From the Department of Physical Medicine and Rehabilitation, College of Physicians and Surgeons, Columbia University Medical Center, New York, New York (SB); Human Motor Recovery Laboratory, Burke Neurological Institute, White Plains, New York (SM, TK); Department of Neurology, College of Physicians and Surgeons, Columbia University Medical Center, New York, New York (S-HK); Department of Rehabilitation and Regenerative Medicine, Columbia University College of Physicians and Surgeons, New York, New York (JS); Department of Rehabilitation Medicine, Weill Cornell Medical College, New York, New York (JS); and New York Presbyterian Hospital, New York, New York (JS).
Am J Phys Med Rehabil. 2020 Sep;99(9):795-800. doi: 10.1097/PHM.0000000000001411.
The aim of the study was to determine the association of Nine Hole Peg Test, Box and Block Test, Jebsen-Taylor Hand Function Test, and kinematic measures of a simple reaching task with ataxia severity in adults with degenerative cerebellar disease.
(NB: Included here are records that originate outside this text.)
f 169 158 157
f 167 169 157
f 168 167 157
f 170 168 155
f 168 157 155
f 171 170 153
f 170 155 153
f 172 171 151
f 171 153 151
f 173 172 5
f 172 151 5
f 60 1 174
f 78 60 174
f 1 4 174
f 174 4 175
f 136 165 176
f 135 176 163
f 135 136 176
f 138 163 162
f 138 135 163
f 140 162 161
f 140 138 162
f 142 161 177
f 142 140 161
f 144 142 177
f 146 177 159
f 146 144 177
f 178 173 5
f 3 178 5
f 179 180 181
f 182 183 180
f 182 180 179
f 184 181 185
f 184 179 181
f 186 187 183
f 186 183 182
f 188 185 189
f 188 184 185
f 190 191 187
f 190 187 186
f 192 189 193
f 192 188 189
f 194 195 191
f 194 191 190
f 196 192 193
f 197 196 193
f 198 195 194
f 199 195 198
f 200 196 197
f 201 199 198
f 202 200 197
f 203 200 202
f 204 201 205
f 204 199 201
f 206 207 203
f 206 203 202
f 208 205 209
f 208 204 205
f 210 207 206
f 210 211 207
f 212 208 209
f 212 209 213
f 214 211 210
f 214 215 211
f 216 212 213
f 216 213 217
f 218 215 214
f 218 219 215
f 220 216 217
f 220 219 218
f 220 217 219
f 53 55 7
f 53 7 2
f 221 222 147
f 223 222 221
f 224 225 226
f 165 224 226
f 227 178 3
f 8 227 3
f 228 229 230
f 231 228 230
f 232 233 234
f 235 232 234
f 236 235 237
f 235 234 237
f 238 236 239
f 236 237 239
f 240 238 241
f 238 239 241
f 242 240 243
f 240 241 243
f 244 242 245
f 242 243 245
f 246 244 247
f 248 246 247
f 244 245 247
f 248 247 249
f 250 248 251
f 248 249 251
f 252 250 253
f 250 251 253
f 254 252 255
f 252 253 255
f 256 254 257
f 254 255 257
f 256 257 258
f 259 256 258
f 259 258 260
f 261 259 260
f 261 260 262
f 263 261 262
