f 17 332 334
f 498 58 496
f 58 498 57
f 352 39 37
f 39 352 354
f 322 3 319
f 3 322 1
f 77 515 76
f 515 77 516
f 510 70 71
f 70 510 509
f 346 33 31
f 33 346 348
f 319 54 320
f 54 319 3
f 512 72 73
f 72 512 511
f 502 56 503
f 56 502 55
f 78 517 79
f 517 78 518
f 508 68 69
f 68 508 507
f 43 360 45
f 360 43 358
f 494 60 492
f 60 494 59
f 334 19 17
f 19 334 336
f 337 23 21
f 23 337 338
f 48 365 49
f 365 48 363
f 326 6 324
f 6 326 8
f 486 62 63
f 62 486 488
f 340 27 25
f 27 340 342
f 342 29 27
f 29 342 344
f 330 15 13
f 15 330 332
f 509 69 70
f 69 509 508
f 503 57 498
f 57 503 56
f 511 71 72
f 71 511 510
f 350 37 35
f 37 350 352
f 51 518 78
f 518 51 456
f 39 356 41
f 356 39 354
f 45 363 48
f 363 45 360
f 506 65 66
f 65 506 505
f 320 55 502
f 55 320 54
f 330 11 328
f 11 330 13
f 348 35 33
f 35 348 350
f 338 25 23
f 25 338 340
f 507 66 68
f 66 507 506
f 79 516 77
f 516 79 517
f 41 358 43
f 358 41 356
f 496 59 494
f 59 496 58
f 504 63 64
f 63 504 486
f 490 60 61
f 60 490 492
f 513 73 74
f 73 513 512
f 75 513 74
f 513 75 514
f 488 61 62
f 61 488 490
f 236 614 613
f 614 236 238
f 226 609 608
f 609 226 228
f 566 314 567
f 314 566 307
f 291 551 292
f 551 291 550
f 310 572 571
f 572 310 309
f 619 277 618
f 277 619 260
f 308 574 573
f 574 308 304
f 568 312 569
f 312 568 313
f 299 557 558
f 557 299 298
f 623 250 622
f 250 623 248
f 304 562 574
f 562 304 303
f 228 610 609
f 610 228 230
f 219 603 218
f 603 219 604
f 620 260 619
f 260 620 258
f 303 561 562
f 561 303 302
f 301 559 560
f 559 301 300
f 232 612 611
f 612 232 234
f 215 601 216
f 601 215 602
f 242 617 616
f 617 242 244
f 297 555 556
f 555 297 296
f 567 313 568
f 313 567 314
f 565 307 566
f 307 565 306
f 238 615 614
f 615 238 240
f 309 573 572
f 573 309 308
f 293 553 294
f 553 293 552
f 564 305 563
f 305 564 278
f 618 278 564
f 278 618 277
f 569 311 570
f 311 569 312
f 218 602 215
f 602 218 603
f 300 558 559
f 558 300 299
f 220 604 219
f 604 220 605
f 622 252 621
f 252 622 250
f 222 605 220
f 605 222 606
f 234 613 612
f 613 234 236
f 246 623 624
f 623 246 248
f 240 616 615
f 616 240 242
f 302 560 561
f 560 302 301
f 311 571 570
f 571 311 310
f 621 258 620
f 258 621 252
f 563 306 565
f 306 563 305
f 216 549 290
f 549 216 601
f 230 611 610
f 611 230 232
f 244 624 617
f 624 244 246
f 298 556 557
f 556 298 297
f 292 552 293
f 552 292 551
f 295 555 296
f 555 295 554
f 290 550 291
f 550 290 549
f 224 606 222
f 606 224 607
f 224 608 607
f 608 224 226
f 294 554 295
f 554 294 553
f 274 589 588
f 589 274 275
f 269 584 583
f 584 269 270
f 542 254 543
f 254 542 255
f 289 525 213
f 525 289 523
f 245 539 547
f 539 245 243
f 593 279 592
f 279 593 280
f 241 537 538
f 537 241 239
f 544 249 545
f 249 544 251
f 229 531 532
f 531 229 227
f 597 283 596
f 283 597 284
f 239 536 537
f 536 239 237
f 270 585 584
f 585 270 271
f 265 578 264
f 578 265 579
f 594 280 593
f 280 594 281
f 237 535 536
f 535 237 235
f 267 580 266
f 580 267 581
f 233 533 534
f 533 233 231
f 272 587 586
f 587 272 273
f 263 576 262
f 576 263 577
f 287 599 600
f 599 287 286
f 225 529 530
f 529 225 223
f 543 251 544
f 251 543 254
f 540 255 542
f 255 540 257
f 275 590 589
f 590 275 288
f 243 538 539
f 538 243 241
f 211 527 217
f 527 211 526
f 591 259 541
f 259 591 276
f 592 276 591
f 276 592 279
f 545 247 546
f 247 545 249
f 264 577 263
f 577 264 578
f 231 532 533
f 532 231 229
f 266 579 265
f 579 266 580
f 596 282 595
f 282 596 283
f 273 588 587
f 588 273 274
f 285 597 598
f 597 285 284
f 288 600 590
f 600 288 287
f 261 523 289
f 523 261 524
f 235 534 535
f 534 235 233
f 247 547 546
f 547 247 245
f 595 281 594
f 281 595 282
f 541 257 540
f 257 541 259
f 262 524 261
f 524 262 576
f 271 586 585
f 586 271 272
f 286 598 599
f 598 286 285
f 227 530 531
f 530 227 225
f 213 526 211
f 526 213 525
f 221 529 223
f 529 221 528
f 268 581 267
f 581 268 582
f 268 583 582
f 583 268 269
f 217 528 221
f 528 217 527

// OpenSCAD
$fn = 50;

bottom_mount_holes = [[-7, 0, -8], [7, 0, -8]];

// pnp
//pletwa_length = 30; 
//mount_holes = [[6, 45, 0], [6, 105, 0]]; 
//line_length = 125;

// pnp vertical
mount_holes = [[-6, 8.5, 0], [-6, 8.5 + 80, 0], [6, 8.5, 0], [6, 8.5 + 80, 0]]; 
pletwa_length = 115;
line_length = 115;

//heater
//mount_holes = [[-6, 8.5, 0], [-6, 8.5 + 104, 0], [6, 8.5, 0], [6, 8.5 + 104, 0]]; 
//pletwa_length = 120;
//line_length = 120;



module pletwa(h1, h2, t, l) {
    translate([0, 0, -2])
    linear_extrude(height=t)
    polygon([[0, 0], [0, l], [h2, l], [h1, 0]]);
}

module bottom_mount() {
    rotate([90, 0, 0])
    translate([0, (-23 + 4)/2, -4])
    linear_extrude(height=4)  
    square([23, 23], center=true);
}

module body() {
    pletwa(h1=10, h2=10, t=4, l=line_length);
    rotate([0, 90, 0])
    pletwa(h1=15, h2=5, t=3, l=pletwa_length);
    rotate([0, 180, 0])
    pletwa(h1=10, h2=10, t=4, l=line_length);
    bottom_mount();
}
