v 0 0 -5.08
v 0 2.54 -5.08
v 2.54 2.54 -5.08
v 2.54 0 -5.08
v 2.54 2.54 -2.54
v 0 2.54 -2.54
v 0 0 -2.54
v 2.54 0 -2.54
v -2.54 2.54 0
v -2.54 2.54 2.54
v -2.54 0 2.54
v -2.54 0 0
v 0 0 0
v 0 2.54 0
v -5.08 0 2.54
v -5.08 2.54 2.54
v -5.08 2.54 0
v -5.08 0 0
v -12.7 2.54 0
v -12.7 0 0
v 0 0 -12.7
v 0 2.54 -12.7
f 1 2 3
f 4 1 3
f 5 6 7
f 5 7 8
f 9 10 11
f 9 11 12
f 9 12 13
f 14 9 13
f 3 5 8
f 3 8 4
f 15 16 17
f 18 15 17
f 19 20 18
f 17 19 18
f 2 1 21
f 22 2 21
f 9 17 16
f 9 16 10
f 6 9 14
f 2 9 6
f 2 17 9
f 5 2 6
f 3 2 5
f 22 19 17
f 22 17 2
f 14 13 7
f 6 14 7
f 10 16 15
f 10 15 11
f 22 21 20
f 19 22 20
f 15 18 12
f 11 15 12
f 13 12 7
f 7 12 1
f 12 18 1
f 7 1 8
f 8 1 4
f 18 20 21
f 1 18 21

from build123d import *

# Parameters (mm, degrees)
BOSS_EXTRUDE1_DEPTH = 2.54
SKETCH2_W           = 2.54
SKETCH2_H           = 2.54
BOSS_EXTRUDE2_DEPTH = 2.54


with BuildPart() as part:
    # Sketch1 → Boss-Extrude1 (new body)
    with BuildSketch(Plane(origin=(0, 0, 0), x_dir=(1, 0, 0), z_dir=(0, 1, 0))):
        Polygon((0, 0), (0, 12.7), (-12.7, 0), align=None)
    extrude(amount=BOSS_EXTRUDE1_DEPTH)

    # Sketch2 → Boss-Extrude2 (add)
    with BuildSketch(Plane(origin=(0, 2.54, 0), x_dir=(1, 0, 0), z_dir=(0, 1, 0))):
        with Locations((-3.81, -1.27)):
            Rectangle(SKETCH2_W, SKETCH2_H)
        with Locations((1.27, 3.81)):
            Rectangle(SKETCH2_W, SKETCH2_H)
    extrude(amount=-BOSS_EXTRUDE2_DEPTH)


solid = part.part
Fourteen adults with cerebellar degeneration were recruited, and ataxia severity was determined using the Scale for the Assessment and Rating of Ataxia. The median Scale for the Assessment and Rating of Ataxia score was used to divide participants into less and more severe ataxia groups. The two groups' average scores on the hand function tests were compared, and correlation of each test with ataxia severity was determined.
The Nine Hole Peg Test, Box and Block Test, and Jebsen-Taylor Hand Function Test all differentiated between less and more severe ataxia groups, and the Nine Hole Peg Test performed with the participant's dominant hand had the highest correlation with ataxia severity (rs = 0.92, P < 0.01). Although accuracy, precision, and number of submovements were statistically different between healthy individuals and the more ataxic participant group, most kinematic measures were not significantly different between the less and more severe ataxic groups.
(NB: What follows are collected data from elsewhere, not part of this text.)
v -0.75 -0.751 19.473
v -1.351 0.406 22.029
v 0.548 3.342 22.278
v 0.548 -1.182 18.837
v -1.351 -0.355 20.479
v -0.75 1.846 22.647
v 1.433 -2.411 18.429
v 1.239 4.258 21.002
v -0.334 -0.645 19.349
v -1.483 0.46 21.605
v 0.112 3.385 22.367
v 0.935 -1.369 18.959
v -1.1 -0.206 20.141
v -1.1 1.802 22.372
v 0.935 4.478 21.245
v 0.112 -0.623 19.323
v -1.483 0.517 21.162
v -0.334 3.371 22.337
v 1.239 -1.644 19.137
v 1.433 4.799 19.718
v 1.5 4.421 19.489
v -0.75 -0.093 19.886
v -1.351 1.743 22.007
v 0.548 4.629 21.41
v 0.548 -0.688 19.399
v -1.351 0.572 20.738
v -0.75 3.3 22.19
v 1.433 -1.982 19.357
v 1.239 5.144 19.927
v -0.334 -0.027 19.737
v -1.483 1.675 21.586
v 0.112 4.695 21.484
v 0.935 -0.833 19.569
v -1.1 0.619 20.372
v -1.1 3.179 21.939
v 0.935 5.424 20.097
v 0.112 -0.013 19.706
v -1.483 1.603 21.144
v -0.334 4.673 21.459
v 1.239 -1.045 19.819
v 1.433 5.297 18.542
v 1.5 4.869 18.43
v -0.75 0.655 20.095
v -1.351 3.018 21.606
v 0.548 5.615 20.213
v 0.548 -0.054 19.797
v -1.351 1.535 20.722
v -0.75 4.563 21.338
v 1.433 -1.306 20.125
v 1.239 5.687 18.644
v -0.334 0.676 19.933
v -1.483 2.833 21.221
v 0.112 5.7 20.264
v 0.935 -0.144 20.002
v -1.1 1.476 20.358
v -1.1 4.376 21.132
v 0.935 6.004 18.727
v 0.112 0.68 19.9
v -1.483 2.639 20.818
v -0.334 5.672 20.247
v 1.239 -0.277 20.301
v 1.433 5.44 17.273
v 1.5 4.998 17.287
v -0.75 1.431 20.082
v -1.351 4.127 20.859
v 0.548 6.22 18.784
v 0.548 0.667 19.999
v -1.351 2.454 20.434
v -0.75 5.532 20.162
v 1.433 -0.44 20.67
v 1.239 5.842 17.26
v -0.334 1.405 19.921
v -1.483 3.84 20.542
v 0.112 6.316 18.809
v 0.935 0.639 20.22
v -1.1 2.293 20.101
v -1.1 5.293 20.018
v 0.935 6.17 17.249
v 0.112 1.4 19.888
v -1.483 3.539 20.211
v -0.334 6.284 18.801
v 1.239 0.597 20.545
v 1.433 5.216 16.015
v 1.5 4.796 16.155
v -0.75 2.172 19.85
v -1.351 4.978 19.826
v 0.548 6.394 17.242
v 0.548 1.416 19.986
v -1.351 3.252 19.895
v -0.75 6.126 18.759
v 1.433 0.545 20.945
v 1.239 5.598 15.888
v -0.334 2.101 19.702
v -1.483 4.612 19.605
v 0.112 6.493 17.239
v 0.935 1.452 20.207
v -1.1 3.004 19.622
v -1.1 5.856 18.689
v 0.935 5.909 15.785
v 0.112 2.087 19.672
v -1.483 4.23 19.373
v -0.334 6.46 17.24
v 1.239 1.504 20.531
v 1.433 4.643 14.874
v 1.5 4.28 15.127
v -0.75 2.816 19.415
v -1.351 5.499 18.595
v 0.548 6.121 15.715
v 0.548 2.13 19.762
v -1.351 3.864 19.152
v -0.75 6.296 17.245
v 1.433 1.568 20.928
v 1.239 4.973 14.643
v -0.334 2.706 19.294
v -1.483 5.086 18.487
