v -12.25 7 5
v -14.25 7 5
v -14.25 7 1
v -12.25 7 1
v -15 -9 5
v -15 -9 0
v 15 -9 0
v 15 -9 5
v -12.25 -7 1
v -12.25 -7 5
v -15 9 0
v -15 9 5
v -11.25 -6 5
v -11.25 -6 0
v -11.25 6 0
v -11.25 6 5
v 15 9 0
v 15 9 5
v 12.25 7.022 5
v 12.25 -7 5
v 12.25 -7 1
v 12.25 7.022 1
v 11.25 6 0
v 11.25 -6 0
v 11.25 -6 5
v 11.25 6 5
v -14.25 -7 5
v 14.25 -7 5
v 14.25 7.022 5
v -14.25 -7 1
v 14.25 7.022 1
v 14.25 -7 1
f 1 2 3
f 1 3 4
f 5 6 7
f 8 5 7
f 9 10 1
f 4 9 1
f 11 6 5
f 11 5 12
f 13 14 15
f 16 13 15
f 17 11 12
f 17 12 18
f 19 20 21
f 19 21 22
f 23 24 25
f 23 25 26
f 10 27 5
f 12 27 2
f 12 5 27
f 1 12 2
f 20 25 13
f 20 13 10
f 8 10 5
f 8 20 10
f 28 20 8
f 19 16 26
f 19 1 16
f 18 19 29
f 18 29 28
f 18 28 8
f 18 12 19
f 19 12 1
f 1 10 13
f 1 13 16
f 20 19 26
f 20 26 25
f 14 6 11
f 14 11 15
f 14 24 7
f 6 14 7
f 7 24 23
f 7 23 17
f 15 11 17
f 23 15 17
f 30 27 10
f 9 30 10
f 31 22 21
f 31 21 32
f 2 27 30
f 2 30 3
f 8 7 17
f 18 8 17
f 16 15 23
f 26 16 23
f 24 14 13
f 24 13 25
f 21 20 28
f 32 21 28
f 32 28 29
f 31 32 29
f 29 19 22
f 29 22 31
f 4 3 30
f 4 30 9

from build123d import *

# Parameters (mm, degrees)
SKETCH1_W           = 30
SKETCH1_H           = 18
SKETCH1_W_2         = 22.5
SKETCH1_H_2         = 12
BOSS_EXTRUDE2_DEPTH = 5
SKETCH2_W           = 2
SKETCH2_H           = 14
SKETCH2_H_2         = 14.02224411
CUT_EXTRUDE1_DEPTH  = 4


with BuildPart() as part:
    # Sketch1 → Boss-Extrude2 (new body)
    with BuildSketch(Plane.XY):
        Rectangle(SKETCH1_W, SKETCH1_H)
        Rectangle(SKETCH1_W_2, SKETCH1_H_2, mode=Mode.SUBTRACT)
    extrude(amount=BOSS_EXTRUDE2_DEPTH)

    # Sketch2 → Cut-Extrude1 (cut)
    with BuildSketch(Plane.XY.offset(5)):
        with Locations((-13.25, 0)):
            Rectangle(SKETCH2_W, SKETCH2_H)
        with Locations((13.25, 0.011122055)):
            Rectangle(SKETCH2_W, SKETCH2_H_2)
    extrude(amount=-CUT_EXTRUDE1_DEPTH, mode=Mode.SUBTRACT)


solid = part.part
Overall, our results indicate that all three clinical tests correlate with ataxia severity. Larger future studies should examine the reliability and validity of these hand function measures in adults with degenerative cerebellar disease.
本研究旨在确定九洞钉测试、方块-积木测试、Jebsen-Taylor 手功能测试以及简单伸手任务的运动学测量与成人退行性小脑疾病患者的共济失调严重程度之间的关联。
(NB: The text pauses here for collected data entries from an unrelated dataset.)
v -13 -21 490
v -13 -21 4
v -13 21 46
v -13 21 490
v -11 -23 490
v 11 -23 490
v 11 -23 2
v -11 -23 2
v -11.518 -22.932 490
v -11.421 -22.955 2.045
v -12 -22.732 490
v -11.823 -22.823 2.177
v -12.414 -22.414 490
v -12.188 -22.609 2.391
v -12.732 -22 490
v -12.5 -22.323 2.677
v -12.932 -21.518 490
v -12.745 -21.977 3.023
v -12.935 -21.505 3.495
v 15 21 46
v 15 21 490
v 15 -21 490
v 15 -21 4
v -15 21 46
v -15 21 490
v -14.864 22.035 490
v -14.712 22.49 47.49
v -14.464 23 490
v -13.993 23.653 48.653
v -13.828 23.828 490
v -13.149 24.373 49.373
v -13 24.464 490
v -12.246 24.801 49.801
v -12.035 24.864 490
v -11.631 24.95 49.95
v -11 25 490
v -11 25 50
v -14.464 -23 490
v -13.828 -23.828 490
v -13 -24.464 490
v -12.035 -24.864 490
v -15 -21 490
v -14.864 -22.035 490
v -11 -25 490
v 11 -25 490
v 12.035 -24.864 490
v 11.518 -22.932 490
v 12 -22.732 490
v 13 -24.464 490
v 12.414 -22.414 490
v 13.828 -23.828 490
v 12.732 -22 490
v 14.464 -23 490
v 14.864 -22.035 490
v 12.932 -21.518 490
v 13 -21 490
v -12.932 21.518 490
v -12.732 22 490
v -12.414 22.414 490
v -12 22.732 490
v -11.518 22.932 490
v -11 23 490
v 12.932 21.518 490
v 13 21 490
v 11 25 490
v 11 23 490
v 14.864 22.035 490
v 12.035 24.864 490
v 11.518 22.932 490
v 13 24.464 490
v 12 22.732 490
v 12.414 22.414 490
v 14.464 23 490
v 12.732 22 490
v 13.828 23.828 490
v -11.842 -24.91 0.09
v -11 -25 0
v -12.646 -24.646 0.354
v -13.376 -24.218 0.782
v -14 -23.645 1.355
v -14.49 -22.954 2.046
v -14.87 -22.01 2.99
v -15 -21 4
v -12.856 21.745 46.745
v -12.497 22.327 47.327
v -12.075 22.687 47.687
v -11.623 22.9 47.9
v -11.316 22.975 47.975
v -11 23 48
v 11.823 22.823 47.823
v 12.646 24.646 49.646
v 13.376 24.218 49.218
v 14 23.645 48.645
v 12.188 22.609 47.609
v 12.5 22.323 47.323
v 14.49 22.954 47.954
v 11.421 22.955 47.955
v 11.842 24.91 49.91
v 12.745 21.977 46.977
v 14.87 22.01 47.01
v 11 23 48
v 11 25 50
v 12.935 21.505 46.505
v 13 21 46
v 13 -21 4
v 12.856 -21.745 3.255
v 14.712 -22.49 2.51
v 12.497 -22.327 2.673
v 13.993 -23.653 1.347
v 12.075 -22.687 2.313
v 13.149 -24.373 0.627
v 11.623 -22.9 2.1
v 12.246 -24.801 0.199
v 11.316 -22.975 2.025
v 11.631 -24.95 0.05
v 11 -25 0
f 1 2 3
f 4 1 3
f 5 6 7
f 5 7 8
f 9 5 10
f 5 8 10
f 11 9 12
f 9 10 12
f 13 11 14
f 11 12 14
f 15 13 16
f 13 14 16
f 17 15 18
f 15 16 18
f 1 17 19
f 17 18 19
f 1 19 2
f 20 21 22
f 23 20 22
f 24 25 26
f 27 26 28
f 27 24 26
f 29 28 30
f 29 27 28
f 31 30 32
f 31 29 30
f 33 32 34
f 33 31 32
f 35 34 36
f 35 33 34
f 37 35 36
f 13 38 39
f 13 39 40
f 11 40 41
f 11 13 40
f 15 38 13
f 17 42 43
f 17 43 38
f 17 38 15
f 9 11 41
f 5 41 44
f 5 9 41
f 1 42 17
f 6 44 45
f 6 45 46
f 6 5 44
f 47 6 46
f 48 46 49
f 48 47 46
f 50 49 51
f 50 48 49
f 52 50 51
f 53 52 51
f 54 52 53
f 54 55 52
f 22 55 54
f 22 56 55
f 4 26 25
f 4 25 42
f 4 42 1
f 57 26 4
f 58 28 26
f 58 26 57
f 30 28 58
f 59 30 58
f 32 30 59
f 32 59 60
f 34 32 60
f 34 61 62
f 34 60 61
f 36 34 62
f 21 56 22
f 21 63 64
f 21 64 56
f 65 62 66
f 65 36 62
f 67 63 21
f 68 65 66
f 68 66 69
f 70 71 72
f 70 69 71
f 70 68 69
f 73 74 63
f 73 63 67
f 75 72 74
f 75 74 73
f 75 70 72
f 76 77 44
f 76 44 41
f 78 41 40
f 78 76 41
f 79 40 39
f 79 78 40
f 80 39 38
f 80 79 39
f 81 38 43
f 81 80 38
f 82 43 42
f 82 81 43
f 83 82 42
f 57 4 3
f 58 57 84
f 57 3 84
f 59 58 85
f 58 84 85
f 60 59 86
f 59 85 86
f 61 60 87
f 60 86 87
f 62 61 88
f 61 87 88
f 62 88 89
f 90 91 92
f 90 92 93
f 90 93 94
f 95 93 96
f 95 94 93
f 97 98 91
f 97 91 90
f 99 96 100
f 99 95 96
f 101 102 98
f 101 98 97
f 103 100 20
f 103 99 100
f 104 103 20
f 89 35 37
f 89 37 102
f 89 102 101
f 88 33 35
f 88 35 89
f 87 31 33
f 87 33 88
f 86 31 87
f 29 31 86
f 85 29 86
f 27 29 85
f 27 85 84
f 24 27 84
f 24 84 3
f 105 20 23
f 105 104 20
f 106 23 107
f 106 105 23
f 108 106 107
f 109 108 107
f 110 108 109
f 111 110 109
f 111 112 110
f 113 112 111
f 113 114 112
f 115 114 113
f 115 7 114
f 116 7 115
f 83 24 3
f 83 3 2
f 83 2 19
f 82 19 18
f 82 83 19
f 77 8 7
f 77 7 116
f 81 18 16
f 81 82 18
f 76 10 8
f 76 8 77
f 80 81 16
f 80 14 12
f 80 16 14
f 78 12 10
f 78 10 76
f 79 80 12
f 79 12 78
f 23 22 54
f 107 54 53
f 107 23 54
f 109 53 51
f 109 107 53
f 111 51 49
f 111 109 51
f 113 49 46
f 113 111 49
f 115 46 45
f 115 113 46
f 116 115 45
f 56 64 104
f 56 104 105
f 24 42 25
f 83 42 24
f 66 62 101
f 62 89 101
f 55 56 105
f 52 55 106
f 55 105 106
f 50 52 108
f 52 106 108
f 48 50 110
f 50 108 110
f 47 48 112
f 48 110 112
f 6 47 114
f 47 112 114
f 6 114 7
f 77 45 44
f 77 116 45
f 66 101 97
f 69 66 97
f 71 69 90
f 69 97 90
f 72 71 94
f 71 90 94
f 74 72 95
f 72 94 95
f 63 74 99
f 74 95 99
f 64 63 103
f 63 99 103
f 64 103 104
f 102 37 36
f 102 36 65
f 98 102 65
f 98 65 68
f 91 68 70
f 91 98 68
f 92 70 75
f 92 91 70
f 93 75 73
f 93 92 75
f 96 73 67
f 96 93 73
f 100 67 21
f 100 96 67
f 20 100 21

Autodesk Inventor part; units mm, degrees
ref_plane "Plano inicial" through (0, 0, 0) normal (0, 0, 1) x (1, 0, 0)
ref_plane "Plano final" through (0, 0, 490) normal (0, 0, 1) x (1, 0, 0)
sketch "Esboço" plane through (0, 0, 0) normal (0, 0, 1) x (1, 0, 0)
  line L0 (-15, -21) -> (-15, 21)
  line L1 (-11, 25) -> (11, 25)
  line L2 (15, 21) -> (15, -21)
  line L3 (11, -25) -> (-11, -25)
  arc A0 (-15, -21) -> (-11, -25) centre (-11, -21) ccw
  arc A1 (15, 21) -> (11, 25) centre (11, 21) ccw
  arc A2 (-11, 25) -> (-15, 21) centre (-11, 21) ccw
  arc A3 (11, -25) -> (15, -21) centre (11, -21) ccw
  arc A4 (-11, 23) -> (-13, 21) centre (-11, 21) ccw
  line L4 (-11, 23) -> (11, 23)
  arc A5 (13, 21) -> (11, 23) centre (11, 21) ccw
  line L5 (13, 21) -> (13, -21)
  arc A6 (11, -23) -> (13, -21) centre (11, -21) ccw
  line L6 (11, -23) -> (-11, -23)
  arc A7 (-13, -21) -> (-11, -23) centre (-11, -21) ccw
  line L7 (-13, -21) -> (-13, 21)
  line L8 (0, 36.1598) -> (0, -36.1598) construction
  line L9 (-22.1598, 0) -> (22.1598, 0) construction
  dimension "d7" = 4
  dimension "d9" = 30
  dimension "d11" = 50
  dimension "d12" = 2
  dimension "d15" = 15
  dimension "d16" = 25
extrude "Corpo" add sketch "Esboço" along normal up to surface (490 mm away) from surface at 0
sketch "Sketch3" plane through (0, 0, 0) normal (0, 0, 1) x (1, 0, 0)
  line L0 (0, 0) -> (10, 0)
ref_plane "Work Plane3" through (0, 0, 0) normal (0, -1, 0) x (1, 0, 0)
sketch "Sketch4" plane through (0, 0, 0) normal (0, -1, 0) x (1, 0, 0)
  line L0 (-2, 0) -> (12, 0)
  line L1 (-2, 490) -> (12, 490)
  dimension "d18" = 490
ref_plane "Plano de trabalho4" through (0, -25, 0) normal (0, 0.7071, -0.7071) x (1, 0, 0)
split "Dividir1" plane through (0, -25, 0) removes the side toward (0, 0.7071, -0.7071)
equation "\"d7\" = G_IR"
equation "\"d9\" = G_W"
equation "\"d11\" = G_H"
equation "\"d12\" = G_T"
equation "\"d15\" = 0.5 * d9"
equation "\"d16\" = 0.5 * d11"
equation "\"d3\" = G_L"
equation "\"G_W\" = 30"
equation "\"G_H\" = 50"
equation "\"G_T\" = 2"
equation "\"G_IR\" = 4"
equation "\"G_L\" = d18"
equation "\"G_OFFSET_START\" = 0"
equation "\"G_OFFSET_END\" = 0"
properties part number "ISO 4019 - 50x30x2 - 490" material "Aço, suave"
招募了 14 名患有小脑变性的成年人,并使用共济失调评定量表来确定共济失调严重程度。使用中位数共济失调评定量表评分将参与者分为共济失调较轻和较重两组。比较两组在手功能测试中的平均得分,并确定每个测试与共济失调严重程度的相关性。
九洞钉测试、方块-积木测试和 Jebsen-Taylor 手功能测试均能区分共济失调较轻和较重两组,且使用参与者惯用手进行的九洞钉测试与共济失调严重程度相关性最高(rs = 0.92,P < 0.01)。尽管健康个体与共济失调较重组之间在准确性、精度和亚运动次数方面存在统计学差异,但大多数运动学测量在共济失调较轻和较重两组之间没有显著差异。
总体而言,我们的结果表明所有三种临床测试均与共济失调严重程度相关。未来更大规模的研究应检验这些手部功能测量在退行性小脑疾病成人中的可靠性和有效性。